Lines below starting with the line with "f 146 88 161" and going on through the line with "f 97 159 160" must be output exactly; the rest of the records must be left out.

#### SUPPLIED DATA:
..........

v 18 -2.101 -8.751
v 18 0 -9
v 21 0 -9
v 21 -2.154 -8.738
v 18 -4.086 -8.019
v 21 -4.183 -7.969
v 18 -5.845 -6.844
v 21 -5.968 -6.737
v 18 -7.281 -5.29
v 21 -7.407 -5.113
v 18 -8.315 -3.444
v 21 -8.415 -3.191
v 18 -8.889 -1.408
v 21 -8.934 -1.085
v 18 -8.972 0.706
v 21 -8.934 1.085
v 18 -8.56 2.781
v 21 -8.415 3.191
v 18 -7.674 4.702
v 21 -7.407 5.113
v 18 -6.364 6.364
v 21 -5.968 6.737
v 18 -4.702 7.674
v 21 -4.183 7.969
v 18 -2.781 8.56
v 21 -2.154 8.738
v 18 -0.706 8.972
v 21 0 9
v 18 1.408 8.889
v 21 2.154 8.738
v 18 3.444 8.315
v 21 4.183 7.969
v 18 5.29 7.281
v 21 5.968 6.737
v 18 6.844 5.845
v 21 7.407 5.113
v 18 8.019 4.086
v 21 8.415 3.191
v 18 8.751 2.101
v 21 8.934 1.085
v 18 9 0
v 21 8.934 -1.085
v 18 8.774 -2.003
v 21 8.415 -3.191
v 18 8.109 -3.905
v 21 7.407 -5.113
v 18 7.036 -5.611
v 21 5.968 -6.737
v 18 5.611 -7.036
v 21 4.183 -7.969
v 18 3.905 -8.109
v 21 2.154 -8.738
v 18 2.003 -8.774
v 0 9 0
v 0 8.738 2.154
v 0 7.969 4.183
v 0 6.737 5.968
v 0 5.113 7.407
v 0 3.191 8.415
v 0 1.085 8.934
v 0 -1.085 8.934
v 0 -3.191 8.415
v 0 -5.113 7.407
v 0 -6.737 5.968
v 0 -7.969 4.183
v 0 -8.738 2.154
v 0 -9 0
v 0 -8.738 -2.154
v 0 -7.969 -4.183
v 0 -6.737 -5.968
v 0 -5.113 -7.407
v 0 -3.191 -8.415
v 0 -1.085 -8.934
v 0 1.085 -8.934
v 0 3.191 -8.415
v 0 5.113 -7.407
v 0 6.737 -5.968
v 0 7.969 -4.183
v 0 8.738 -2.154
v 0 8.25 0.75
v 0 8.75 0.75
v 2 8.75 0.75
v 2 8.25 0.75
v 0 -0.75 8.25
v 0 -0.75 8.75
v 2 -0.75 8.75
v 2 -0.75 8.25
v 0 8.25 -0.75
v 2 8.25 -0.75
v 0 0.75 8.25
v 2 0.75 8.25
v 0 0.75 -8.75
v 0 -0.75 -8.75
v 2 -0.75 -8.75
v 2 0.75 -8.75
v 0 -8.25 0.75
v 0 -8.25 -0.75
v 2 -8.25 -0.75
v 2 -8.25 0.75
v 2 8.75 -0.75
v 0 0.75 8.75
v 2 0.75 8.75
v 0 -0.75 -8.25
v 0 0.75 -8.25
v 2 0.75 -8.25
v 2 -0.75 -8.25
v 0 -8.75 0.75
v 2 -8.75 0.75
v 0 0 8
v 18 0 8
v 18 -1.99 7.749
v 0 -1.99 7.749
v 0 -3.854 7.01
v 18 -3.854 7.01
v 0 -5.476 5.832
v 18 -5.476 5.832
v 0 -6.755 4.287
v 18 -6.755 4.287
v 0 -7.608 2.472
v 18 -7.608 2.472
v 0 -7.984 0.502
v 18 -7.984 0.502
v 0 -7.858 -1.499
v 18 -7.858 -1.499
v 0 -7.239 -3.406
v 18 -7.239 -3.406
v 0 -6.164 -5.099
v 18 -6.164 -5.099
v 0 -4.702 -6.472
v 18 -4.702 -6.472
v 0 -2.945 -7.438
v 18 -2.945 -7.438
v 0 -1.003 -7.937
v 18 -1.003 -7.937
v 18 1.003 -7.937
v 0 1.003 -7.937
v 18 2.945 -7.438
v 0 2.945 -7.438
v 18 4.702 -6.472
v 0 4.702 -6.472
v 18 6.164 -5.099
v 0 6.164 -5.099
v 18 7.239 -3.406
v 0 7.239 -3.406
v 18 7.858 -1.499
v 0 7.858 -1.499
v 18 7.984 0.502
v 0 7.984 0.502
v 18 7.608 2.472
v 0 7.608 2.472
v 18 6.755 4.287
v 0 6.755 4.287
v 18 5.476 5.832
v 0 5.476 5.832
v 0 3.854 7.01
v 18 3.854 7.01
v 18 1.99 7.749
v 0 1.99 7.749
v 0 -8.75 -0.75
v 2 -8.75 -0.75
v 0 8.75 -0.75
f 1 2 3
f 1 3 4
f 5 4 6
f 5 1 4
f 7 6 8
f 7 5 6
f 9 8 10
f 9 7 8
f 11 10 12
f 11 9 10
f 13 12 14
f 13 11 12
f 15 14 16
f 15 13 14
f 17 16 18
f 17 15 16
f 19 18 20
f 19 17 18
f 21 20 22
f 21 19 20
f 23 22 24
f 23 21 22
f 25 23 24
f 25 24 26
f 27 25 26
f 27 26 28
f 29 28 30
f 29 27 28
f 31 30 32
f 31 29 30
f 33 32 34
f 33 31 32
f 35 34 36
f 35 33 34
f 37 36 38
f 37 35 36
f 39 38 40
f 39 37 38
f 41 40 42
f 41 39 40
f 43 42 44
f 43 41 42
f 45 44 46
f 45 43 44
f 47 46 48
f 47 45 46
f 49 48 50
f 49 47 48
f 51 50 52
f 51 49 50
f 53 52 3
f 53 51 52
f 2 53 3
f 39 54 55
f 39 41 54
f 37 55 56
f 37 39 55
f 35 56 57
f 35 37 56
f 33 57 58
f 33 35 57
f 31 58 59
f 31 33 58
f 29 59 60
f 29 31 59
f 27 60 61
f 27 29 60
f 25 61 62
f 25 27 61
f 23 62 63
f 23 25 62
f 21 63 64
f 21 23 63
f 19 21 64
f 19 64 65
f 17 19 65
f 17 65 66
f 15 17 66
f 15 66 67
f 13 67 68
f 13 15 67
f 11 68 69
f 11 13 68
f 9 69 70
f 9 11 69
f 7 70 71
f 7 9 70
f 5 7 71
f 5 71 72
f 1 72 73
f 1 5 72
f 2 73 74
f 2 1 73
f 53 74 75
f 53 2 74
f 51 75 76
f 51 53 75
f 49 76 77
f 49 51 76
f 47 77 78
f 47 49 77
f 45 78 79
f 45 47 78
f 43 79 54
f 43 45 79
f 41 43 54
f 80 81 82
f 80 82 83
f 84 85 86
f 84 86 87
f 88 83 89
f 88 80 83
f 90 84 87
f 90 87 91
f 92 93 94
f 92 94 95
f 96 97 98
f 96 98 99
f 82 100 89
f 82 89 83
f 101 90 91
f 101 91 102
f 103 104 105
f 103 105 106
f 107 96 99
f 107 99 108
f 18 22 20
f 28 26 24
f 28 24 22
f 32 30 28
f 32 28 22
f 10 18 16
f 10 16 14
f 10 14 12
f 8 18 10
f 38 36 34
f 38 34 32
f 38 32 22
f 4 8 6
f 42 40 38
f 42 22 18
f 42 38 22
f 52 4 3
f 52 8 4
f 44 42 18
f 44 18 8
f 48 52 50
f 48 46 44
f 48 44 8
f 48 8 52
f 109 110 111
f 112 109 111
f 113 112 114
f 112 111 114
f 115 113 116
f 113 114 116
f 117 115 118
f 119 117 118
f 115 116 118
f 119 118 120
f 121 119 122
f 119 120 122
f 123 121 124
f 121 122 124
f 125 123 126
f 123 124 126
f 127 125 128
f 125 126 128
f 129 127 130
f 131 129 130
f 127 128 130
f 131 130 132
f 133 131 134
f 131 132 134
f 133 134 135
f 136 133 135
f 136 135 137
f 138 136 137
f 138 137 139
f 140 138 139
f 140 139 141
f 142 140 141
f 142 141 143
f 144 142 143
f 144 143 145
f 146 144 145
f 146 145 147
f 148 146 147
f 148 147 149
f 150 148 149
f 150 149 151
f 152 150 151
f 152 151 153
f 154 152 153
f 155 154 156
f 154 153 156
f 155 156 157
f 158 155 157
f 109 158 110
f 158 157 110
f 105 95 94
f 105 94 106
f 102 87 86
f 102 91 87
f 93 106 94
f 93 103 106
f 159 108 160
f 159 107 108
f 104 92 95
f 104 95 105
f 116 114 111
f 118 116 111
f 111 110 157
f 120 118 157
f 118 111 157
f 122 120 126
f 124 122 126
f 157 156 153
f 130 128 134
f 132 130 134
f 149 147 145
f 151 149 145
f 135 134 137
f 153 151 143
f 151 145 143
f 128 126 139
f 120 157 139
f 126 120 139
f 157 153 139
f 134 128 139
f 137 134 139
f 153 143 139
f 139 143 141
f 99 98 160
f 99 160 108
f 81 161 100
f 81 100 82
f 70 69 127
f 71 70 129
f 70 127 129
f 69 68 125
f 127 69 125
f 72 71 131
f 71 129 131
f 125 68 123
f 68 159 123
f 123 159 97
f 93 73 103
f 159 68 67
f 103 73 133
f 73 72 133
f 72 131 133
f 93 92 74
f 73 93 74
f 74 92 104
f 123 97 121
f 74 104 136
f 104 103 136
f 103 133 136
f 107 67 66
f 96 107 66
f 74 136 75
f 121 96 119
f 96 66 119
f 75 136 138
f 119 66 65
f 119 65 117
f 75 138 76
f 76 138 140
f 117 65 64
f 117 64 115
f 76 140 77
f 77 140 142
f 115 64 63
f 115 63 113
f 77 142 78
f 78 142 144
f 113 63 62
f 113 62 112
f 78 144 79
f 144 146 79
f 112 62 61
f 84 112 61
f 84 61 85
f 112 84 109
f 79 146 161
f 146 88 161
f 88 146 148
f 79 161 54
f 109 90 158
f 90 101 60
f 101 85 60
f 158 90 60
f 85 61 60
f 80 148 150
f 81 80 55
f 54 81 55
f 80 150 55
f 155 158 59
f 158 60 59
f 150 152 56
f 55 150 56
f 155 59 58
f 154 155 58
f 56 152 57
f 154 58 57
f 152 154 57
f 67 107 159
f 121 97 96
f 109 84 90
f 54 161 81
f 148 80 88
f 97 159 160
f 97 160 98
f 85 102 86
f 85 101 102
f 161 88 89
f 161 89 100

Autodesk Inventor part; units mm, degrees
ref_plane "YZ Plane" through (0, 0, 0) normal (1, 0, 0) x (0, 1, 0)
ref_plane "XZ Plane" through (0, 0, 0) normal (0, 1, 0) x (-1, 0, 0)
ref_plane "XY Plane" through (0, 0, 0) normal (0, 0, 1) x (1, 0, 0)
sketch "Sketch1" plane through (0, 0, 0) normal (0, 0, 1) x (1, 0, 0)
  line L0 (0, 0) -> (18, 0)
  line L1 (0, 0) -> (0, 9)
  line L2 (0, 9) -> (18, 9)
  line L3 (18, 9) -> (18, 0)
  dimension "d2" = 18
revolve "Revolution1" add sketch "Sketch1" angle 360 about axis through (0, 0, 0) along (1, 0, 0)
sketch "Sketch2" plane through (0, 0, 0) normal (-1, 0, 0) x (0, 0, 1)
  circle A0 centre (0, 0) radius 8
  circle A1 centre (0, 0) radius 9 projected
  dimension "d4" = 18
  dimension "d5" = 16
hole "Hole1" at (0, 0, 0) direction (1, 0, 0) diameter 16 end through all
sketch "Sketch3" plane through (18, 0, 0) normal (1, 0, 0) x (0, 0, -1)
  circle A0 centre (0, 0) radius 9
  circle A1 centre (0, 0) radius 9 projected
  dimension "d13" = 18
  dimension "d14" = 18
extrude "Extrusion1" add sketch "Sketch3" along normal blind 3
sketch "Sketch4" plane through (0, 0, 0) normal (-1, 0, 0) x (0, 0, 1)
  circle A0 centre (0, 0) radius 9 projected
  circle A1 centre (0, 0) radius 8 projected
  circle A2 centre (0, 0) radius 8.5
  line L0 (0.75, -8.75) -> (-0.75, -8.75)
  line L1 (-0.75, -8.75) -> (-0.75, -8.25)
  line L2 (-0.75, -8.25) -> (0.75, -8.25)
  line L3 (0.75, -8.25) -> (0.75, -8.75)
  line L4 (8.25, -0.75) -> (8.25, 0.75)
  line L5 (8.75, -0.75) -> (8.25, -0.75)
  line L6 (8.75, 0.75) -> (8.75, -0.75)
  line L7 (8.25, 0.75) -> (8.75, 0.75)
  line L8 (0.75, 8.25) -> (-0.75, 8.25)
  line L9 (0.75, 8.75) -> (0.75, 8.25)
  line L10 (-0.75, 8.75) -> (0.75, 8.75)
  line L11 (-0.75, 8.25) -> (-0.75, 8.75)
  line L12 (-8.25, 0.75) -> (-8.25, -0.75)
  line L13 (-8.75, 0.75) -> (-8.25, 0.75)
  line L14 (-8.75, -0.75) -> (-8.75, 0.75)
  line L15 (-8.25, -0.75) -> (-8.75, -0.75)
  dimension "d17" = 18
  dimension "d18" = 17
  dimension "d19" = 0.5
  dimension "d20" = 1.5
  dimension "d21" = 0.25
  dimension "d22" = 0.75
  dimension "d26" = 360
extrude "Extrusion2" cut sketch "Sketch4" against normal blind 2 contours A2 L5 L4 L7 | A2 L7 L6 L5 | L9 L8 L11 A2 | A2 L11 L10 L9 | L3 L0 L1 A2 | A2 L1 L2 L3 | L13 L12 L15 A2 | A2 L15 L14 L13
equation "\"d6\" = d5"
equation "\"d13\" = d14"
properties part number "McCrea_dolny_kos_walle_MIR2" material "ABS Plastic"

..........

#### ANSWER TO THIS EXERCISE:
f 146 88 161
f 88 146 148
f 79 161 54
f 109 90 158
f 90 101 60
f 101 85 60
f 158 90 60
f 85 61 60
f 80 148 150
f 81 80 55
f 54 81 55
f 80 150 55
f 155 158 59
f 158 60 59
f 150 152 56
f 55 150 56
f 155 59 58
f 154 155 58
f 56 152 57
f 154 58 57
f 152 154 57
f 67 107 159
f 121 97 96
f 109 84 90
f 54 161 81
f 148 80 88
f 97 159 160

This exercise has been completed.